▶ **Task requirements**:
Filter out every line below that lacks "origin", and copy the rest.

***** Data provided

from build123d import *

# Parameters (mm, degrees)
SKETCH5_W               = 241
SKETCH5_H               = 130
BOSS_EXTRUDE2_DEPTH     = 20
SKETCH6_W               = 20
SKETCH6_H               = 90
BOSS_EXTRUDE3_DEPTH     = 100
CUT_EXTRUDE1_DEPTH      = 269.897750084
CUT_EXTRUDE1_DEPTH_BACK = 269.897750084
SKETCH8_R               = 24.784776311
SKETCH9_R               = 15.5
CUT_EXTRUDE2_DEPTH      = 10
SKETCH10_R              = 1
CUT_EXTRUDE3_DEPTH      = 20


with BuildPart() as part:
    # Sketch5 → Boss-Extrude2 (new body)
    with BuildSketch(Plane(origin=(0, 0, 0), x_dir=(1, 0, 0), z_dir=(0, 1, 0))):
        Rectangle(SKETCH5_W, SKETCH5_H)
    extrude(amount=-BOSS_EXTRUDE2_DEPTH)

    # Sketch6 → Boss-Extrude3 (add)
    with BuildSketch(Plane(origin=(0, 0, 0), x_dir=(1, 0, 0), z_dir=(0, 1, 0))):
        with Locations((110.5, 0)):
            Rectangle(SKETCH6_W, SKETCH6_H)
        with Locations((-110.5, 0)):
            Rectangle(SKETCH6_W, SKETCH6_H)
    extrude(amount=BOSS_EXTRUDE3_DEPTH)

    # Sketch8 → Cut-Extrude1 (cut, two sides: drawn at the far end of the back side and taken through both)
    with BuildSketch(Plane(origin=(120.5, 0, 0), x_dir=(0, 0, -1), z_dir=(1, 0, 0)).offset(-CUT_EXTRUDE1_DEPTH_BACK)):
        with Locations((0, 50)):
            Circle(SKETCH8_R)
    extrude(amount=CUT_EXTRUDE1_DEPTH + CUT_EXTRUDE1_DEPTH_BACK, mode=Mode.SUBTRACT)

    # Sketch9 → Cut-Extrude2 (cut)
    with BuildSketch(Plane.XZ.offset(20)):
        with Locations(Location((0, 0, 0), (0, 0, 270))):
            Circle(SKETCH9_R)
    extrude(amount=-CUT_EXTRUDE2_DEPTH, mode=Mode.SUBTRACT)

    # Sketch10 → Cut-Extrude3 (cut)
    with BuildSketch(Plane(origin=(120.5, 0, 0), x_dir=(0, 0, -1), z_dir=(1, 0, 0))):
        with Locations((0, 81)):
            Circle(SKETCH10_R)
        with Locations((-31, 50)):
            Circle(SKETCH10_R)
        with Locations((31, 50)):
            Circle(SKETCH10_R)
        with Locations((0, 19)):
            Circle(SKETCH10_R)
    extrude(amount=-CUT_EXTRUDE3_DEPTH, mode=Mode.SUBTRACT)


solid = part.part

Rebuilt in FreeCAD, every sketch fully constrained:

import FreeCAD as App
import Part
import Sketcher
from FreeCAD import Vector


def add_polygon(sketch, points):
    """Adds a closed chain of lines whose ends are joined by coincident constraints."""
    first, n = sketch.GeometryCount, len(points)
    for a, b in zip(points, points[1:] + points[:1]):
        sketch.addGeometry(Part.LineSegment(App.Vector(*a, 0), App.Vector(*b, 0)), False)
    for i in range(n):
        sketch.addConstraint(Sketcher.Constraint("Coincident", first + i, 2, first + (i + 1) % n, 1))

doc = App.newDocument("Part")
params = doc.addObject("Spreadsheet::Sheet", "Params")
for row, (alias, value) in enumerate([
    ("sketch1_width", "241 mm"),
    ("sketch1_height", "130 mm"),
    ("pad1_length", "20 mm"),
    ("sketch2_width", "20 mm"),
    ("sketch2_height", "90 mm"),
    ("pad2_length", "100 mm"),
    ("sketch4_diameter", "31 mm"),
    ("pocket2_length", "10 mm"),
    ("sketch5_diameter", "2 mm"),
    ("pocket3_length", "20 mm"),
], start=1):
    params.set(f"A{row}", alias)
    params.set(f"B{row}", "=" + value)
    params.setAlias(f"B{row}", alias)

body = doc.addObject("PartDesign::Body", "Body")

# Sketch on XZ plane
sketch1 = body.newObject("Sketcher::SketchObject", "Sketch")
sketch1.AttachmentSupport = (doc.getObject("XZ_Plane"), [""])
sketch1.MapMode = "FlatFace"
add_polygon(sketch1, [(-120, -65), (-120, 65), (120, 65), (120, -65)])  # lines 0-3
sketch1.addConstraint([
    Sketcher.Constraint("Vertical", 0),
    Sketcher.Constraint("Horizontal", 1),
    Sketcher.Constraint("Vertical", 2),
    Sketcher.Constraint("Horizontal", 3),
    Sketcher.Constraint("Symmetric", 0, 2, 2, 2, -1, 1),
    Sketcher.Constraint("DistanceX", 1, 1, 1, 2, 241.0),
    Sketcher.Constraint("DistanceY", 0, 1, 0, 2, 130.0),
])
sketch1.setExpression("Constraints[9]", "Params.sketch1_width")
sketch1.setExpression("Constraints[10]", "Params.sketch1_height")
pad1 = body.newObject("PartDesign::Pad", "Pad")
pad1.Profile = sketch1
pad1.setExpression("Length", "Params.pad1_length")

# Sketch on XZ plane
sketch2 = body.newObject("Sketcher::SketchObject", "Sketch001")
sketch2.AttachmentSupport = (doc.getObject("XZ_Plane"), [""])
sketch2.MapMode = "FlatFace"
add_polygon(sketch2, [(100, -45), (100, 45), (120, 45), (120, -45)])  # lines 0-3
add_polygon(sketch2, [(-120, -45), (-120, 45), (-100, 45), (-100, -45)])  # lines 4-7
sketch2.addConstraint([
    Sketcher.Constraint("Vertical", 0),
    Sketcher.Constraint("Horizontal", 1),
    Sketcher.Constraint("Vertical", 2),
    Sketcher.Constraint("Horizontal", 3),
    Sketcher.Constraint("Vertical", 4),
    Sketcher.Constraint("Horizontal", 5),
    Sketcher.Constraint("Vertical", 6),
    Sketcher.Constraint("Horizontal", 7),
    Sketcher.Constraint("Symmetric", 2, 2, 4, 2, -1, 1),
    Sketcher.Constraint("Symmetric", 0, 2, 6, 2, -1, 1),
    Sketcher.Constraint("Horizontal", 1, 2, 4, 2),
    Sketcher.Constraint("DistanceX", 1, 1, 1, 2, 20.0),
    Sketcher.Constraint("DistanceY", 0, 1, 0, 2, 90.0),
    Sketcher.Constraint("DistanceX", 4, 2, 0, 2, 221.0),
])
sketch2.setExpression("Constraints[19]", "Params.sketch2_width")
sketch2.setExpression("Constraints[20]", "Params.sketch2_height")
pad2 = body.newObject("PartDesign::Pad", "Pad001")
pad2.Profile = sketch2
pad2.setExpression("Length", "Params.pad2_length")
pad2.Reversed = True

# Sketch on YZ plane
sketch3 = body.newObject("Sketcher::SketchObject", "Sketch002")
sketch3.AttachmentSupport = (doc.getObject("YZ_Plane"), [""])
sketch3.MapMode = "FlatFace"
sketch3.AttachmentOffset = App.Placement(Vector(0, 0, 120.5), App.Rotation())
sketch3.addGeometry(Part.Circle(Vector(50, 0, 0), Vector(0, 0, 1), 25), False)
sketch3.addConstraint([
    Sketcher.Constraint("PointOnObject", 0, 3, -1),
    Sketcher.Constraint("DistanceX", -1, 1, 0, 3, 50.0),
    Sketcher.Constraint("Diameter", 0, 49.569553),
])
pocket1 = body.newObject("PartDesign::Pocket", "Pocket")
pocket1.Profile = sketch3
pocket1.Type = "ThroughAll"
pocket1.Midplane = True

# Sketch on XZ plane
sketch4 = body.newObject("Sketcher::SketchObject", "Sketch003")
sketch4.AttachmentSupport = (doc.getObject("XZ_Plane"), [""])
sketch4.MapMode = "FlatFace"
sketch4.AttachmentOffset = App.Placement(Vector(0, 0, 20), App.Rotation())
sketch4.addGeometry(Part.Circle(Vector(0, 0, 0), Vector(0, 0, 1), 16), False)
sketch4.addConstraint([
    Sketcher.Constraint("Coincident", 0, 3, -1, 1),
    Sketcher.Constraint("Diameter", 0, 31.0),
])
sketch4.setExpression("Constraints[1]", "Params.sketch4_diameter")
pocket2 = body.newObject("PartDesign::Pocket", "Pocket001")
pocket2.Profile = sketch4
pocket2.setExpression("Length", "Params.pocket2_length")

# Sketch on YZ plane
sketch5 = body.newObject("Sketcher::SketchObject", "Sketch004")
sketch5.AttachmentSupport = (doc.getObject("YZ_Plane"), [""])
sketch5.MapMode = "FlatFace"
sketch5.AttachmentOffset = App.Placement(Vector(0, 0, 120.5), App.Rotation())
sketch5.addGeometry([
    Part.Circle(Vector(81, 0, 0), Vector(0, 0, 1), 1),
    Part.Circle(Vector(50, 31, 0), Vector(0, 0, 1), 1),
    Part.Circle(Vector(50, -31, 0), Vector(0, 0, 1), 1),
    Part.Circle(Vector(19, 0, 0), Vector(0, 0, 1), 1),
], False)
sketch5.addConstraint([
    Sketcher.Constraint("Equal", 0, 1),
    Sketcher.Constraint("Equal", 1, 2),
    Sketcher.Constraint("Equal", 2, 3),
    Sketcher.Constraint("Symmetric", 1, 3, 2, 3, -1),
    Sketcher.Constraint("PointOnObject", 0, 3, -1),
    Sketcher.Constraint("PointOnObject", 3, 3, -1),
    Sketcher.Constraint("Diameter", 0, 2.0),
    Sketcher.Constraint("DistanceX", -1, 1, 0, 3, 81.0),
    Sketcher.Constraint("DistanceX", -1, 1, 1, 3, 50.0),
    Sketcher.Constraint("DistanceY", -1, 1, 1, 3, 31.0),
    Sketcher.Constraint("DistanceX", -1, 1, 3, 3, 19.0),
])
sketch5.setExpression("Constraints[6]", "Params.sketch5_diameter")
pocket3 = body.newObject("PartDesign::Pocket", "Pocket002")
pocket3.Profile = sketch5
pocket3.setExpression("Length", "Params.pocket3_length")

doc.recompute()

**********

▶ **Exercise response**:
    with BuildSketch(Plane(origin=(0, 0, 0), x_dir=(1, 0, 0), z_dir=(0, 1, 0))):
    with BuildSketch(Plane(origin=(0, 0, 0), x_dir=(1, 0, 0), z_dir=(0, 1, 0))):
    with BuildSketch(Plane(origin=(120.5, 0, 0), x_dir=(0, 0, -1), z_dir=(1, 0, 0)).offset(-CUT_EXTRUDE1_DEPTH_BACK)):
    with BuildSketch(Plane(origin=(120.5, 0, 0), x_dir=(0, 0, -1), z_dir=(1, 0, 0))):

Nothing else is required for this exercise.